Data extracted from a collection:
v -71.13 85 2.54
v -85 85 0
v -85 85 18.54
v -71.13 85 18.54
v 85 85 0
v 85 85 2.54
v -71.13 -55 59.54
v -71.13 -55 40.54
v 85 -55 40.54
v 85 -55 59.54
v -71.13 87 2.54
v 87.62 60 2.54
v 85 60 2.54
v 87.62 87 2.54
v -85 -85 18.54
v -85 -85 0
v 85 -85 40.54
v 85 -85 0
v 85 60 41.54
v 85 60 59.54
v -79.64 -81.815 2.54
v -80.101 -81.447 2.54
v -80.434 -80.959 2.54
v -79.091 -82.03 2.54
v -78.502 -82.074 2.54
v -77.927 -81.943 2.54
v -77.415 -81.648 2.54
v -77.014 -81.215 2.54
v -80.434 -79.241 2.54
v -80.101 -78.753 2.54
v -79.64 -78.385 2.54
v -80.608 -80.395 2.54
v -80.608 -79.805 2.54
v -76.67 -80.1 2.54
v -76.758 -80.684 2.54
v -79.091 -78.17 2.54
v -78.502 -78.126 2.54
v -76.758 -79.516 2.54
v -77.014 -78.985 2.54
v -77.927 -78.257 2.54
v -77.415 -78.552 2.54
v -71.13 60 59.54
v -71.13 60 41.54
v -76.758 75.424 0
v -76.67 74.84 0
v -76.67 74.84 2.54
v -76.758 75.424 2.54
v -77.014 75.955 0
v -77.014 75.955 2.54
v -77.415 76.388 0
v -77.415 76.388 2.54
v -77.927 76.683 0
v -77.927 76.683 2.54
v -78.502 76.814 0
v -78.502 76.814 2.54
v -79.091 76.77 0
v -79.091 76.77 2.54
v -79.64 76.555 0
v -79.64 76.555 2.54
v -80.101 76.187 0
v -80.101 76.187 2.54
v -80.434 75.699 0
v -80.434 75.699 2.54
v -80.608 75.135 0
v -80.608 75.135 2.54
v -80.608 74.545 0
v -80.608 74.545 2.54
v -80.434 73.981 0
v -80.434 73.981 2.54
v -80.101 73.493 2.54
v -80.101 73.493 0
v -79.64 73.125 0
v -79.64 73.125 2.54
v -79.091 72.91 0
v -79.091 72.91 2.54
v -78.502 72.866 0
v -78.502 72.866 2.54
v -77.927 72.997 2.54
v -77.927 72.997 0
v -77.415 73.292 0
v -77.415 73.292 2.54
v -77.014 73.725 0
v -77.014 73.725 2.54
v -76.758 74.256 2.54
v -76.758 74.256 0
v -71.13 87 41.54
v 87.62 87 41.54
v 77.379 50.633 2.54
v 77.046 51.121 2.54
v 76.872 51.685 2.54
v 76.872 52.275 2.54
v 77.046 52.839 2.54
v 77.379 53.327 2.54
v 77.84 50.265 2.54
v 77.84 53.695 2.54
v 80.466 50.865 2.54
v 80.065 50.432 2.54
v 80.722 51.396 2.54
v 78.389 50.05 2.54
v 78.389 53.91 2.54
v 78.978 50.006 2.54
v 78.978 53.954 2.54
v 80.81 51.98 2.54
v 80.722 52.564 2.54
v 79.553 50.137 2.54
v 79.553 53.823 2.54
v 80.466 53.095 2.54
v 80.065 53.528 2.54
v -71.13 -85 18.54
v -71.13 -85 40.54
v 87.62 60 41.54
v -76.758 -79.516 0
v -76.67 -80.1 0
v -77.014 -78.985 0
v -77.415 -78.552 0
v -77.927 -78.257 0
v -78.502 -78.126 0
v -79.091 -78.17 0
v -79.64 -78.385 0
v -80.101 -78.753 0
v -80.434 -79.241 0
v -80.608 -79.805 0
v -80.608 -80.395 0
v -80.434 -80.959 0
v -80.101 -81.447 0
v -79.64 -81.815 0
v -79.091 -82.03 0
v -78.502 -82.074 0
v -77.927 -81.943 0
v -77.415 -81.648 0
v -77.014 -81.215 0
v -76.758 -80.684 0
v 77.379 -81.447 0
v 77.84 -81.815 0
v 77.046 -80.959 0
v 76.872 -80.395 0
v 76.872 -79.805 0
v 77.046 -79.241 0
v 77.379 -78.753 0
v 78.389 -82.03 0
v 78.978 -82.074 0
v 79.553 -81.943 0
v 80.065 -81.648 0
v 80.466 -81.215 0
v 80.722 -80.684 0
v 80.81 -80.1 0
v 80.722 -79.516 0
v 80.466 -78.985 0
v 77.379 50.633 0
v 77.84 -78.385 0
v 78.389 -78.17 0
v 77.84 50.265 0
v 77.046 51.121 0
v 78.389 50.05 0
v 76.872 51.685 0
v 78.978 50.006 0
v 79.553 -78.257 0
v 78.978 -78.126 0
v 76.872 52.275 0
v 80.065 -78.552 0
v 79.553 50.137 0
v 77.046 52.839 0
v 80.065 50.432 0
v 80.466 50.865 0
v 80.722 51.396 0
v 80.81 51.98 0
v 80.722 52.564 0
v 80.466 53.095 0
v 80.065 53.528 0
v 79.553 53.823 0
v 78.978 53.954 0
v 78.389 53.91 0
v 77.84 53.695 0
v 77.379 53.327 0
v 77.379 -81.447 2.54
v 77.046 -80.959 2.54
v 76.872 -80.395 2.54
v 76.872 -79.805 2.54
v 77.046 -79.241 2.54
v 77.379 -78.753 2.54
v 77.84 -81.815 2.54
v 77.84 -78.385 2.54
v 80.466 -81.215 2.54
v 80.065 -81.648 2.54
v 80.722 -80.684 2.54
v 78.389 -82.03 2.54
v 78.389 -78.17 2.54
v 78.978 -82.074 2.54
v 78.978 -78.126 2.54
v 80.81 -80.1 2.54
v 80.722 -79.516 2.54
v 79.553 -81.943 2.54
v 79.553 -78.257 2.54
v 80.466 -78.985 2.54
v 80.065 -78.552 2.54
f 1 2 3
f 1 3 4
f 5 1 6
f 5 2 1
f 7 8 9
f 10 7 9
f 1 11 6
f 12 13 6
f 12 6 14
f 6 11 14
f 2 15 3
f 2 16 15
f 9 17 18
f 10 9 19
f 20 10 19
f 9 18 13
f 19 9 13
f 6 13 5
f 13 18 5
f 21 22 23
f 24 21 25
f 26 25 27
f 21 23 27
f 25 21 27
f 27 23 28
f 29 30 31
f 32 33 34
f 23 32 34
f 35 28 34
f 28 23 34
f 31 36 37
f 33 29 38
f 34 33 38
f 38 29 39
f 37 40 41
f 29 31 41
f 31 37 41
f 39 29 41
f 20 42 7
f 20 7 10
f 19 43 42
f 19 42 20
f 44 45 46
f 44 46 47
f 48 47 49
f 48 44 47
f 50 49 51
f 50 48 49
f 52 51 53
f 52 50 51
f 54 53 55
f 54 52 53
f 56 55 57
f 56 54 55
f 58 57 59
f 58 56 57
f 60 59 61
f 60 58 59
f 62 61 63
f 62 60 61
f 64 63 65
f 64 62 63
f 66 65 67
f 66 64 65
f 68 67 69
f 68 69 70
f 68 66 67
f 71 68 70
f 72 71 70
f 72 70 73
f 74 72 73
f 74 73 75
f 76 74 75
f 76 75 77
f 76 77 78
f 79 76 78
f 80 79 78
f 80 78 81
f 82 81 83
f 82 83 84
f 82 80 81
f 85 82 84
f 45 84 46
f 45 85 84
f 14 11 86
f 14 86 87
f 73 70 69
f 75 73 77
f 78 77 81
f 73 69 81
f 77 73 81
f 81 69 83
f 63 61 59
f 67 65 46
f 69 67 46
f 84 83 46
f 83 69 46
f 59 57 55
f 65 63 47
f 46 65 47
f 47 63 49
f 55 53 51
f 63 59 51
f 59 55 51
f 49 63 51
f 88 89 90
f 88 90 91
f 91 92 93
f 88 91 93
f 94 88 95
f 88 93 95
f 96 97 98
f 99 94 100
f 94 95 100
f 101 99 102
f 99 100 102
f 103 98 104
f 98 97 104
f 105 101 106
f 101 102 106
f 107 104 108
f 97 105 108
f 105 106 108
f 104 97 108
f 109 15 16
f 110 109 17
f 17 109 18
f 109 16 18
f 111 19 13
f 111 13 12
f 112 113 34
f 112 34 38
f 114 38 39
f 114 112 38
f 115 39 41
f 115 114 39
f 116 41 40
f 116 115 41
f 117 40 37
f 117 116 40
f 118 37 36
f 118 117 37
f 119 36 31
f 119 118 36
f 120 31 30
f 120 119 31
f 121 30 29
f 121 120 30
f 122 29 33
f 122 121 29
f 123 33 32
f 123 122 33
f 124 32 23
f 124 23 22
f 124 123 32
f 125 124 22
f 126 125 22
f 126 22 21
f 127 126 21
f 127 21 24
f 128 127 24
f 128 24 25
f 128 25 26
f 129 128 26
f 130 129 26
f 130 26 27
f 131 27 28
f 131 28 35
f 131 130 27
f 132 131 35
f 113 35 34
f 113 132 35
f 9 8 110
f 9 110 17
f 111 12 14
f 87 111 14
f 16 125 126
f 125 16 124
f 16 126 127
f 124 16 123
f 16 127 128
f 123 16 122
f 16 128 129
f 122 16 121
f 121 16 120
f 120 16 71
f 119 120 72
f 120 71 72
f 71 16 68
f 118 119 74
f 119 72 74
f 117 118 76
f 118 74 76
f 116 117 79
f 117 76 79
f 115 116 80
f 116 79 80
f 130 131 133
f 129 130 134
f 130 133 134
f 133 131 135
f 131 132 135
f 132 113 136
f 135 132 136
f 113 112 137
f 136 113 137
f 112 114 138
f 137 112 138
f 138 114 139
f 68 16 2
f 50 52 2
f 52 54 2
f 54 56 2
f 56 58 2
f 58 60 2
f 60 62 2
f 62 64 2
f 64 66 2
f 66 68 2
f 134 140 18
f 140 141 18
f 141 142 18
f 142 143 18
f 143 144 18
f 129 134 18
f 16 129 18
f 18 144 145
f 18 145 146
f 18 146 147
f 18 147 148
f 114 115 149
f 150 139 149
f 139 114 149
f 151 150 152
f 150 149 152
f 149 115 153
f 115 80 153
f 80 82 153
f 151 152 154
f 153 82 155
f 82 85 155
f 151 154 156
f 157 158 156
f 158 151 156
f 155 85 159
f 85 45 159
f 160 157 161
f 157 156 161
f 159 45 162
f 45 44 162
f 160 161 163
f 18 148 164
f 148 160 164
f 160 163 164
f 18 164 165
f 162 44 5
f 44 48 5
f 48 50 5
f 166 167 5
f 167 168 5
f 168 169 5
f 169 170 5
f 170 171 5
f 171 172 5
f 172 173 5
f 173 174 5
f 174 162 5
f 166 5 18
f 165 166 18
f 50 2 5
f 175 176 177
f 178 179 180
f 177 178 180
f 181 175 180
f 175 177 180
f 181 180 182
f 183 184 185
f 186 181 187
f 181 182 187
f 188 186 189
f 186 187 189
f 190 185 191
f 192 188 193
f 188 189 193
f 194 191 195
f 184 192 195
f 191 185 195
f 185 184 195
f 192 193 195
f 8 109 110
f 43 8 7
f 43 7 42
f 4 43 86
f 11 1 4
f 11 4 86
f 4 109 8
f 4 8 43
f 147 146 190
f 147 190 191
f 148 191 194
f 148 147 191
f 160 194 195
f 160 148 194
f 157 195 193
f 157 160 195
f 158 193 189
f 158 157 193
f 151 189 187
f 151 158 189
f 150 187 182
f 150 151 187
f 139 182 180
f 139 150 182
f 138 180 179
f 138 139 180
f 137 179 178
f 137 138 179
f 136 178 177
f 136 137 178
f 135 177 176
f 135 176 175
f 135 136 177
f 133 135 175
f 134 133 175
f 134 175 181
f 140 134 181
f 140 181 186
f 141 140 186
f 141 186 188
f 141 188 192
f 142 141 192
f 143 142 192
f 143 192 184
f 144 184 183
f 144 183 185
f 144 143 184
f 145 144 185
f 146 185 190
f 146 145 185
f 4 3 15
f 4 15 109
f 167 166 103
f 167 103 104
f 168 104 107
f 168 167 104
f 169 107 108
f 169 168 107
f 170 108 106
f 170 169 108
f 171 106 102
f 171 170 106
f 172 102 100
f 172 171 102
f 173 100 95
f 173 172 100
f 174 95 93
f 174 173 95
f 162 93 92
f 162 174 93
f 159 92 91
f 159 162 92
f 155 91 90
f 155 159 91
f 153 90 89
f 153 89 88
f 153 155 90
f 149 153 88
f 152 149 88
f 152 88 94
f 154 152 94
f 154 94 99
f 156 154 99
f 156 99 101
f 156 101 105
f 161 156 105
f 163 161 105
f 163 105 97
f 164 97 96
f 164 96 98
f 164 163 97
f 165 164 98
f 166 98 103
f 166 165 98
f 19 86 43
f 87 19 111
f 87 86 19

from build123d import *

# Parameters (mm, degrees)
SKETCH1_W           = 170
SKETCH1_H           = 170
SKETCH1_R           = 1.98
BOSS_EXTRUDE1_DEPTH = 2.54
SKETCH2_W           = 158.75
SKETCH2_H           = 27
BOSS_EXTRUDE2_DEPTH = 39
SKETCH4_W           = 13.87
SKETCH4_H           = 170
BOSS_EXTRUDE3_DEPTH = 16
SKETCH6_W           = 156.13
SKETCH6_H           = 30
BOSS_EXTRUDE4_DEPTH = 38
SKETCH5_W           = 156.13
SKETCH5_H           = 115
BOSS_EXTRUDE5_DEPTH = 57


with BuildPart() as part:
    # Sketch1 → Boss-Extrude1 (new body)
    with BuildSketch(Plane.XY):
        Rectangle(SKETCH1_W, SKETCH1_H)
        with Locations((-78.65, 74.84)):
            Circle(SKETCH1_R, mode=Mode.SUBTRACT)
        with Locations((78.83, 51.98)):
            Circle(SKETCH1_R, mode=Mode.SUBTRACT)
        with Locations((-78.65, -80.1)):
            Circle(SKETCH1_R, mode=Mode.SUBTRACT)
        with Locations((78.83, -80.1)):
            Circle(SKETCH1_R, mode=Mode.SUBTRACT)
    extrude(amount=BOSS_EXTRUDE1_DEPTH)

    # Sketch2 → Boss-Extrude2 (add)
    with BuildSketch(Plane.XY.offset(2.54)):
        with Locations((8.245, 73.5)):
            Rectangle(SKETCH2_W, SKETCH2_H)
    extrude(amount=BOSS_EXTRUDE2_DEPTH)

    # Sketch4 → Boss-Extrude3 (add)
    with BuildSketch(Plane.XY.offset(2.54)):
        with Locations((-78.065, 0)):
            Rectangle(SKETCH4_W, SKETCH4_H)
    extrude(amount=BOSS_EXTRUDE3_DEPTH)

    # Sketch6 → Boss-Extrude4 (add)
    with BuildSketch(Plane.XY.offset(2.54)):
        with Locations((6.935, -70)):
            Rectangle(SKETCH6_W, SKETCH6_H)
    extrude(amount=BOSS_EXTRUDE4_DEPTH)

    # Sketch5 → Boss-Extrude5 (add)
    with BuildSketch(Plane.XY.offset(2.54)):
        with Locations((6.935, 2.5)):
            Rectangle(SKETCH5_W, SKETCH5_H)
    extrude(amount=BOSS_EXTRUDE5_DEPTH)


solid = part.part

TASK TO CARRY OUT:
Going back over the entries above, copy word for word every line from the one that has "f 126 22 21" on through the one that has "f 112 114 138".

SOLUTION BELOW:
f 126 22 21
f 127 126 21
f 127 21 24
f 128 127 24
f 128 24 25
f 128 25 26
f 129 128 26
f 130 129 26
f 130 26 27
f 131 27 28
f 131 28 35
f 131 130 27
f 132 131 35
f 113 35 34
f 113 132 35
f 9 8 110
f 9 110 17
f 111 12 14
f 87 111 14
f 16 125 126
f 125 16 124
f 16 126 127
f 124 16 123
f 16 127 128
f 123 16 122
f 16 128 129
f 122 16 121
f 121 16 120
f 120 16 71
f 119 120 72
f 120 71 72
f 71 16 68
f 118 119 74
f 119 72 74
f 117 118 76
f 118 74 76
f 116 117 79
f 117 76 79
f 115 116 80
f 116 79 80
f 130 131 133
f 129 130 134
f 130 133 134
f 133 131 135
f 131 132 135
f 132 113 136
f 135 132 136
f 113 112 137
f 136 113 137
f 112 114 138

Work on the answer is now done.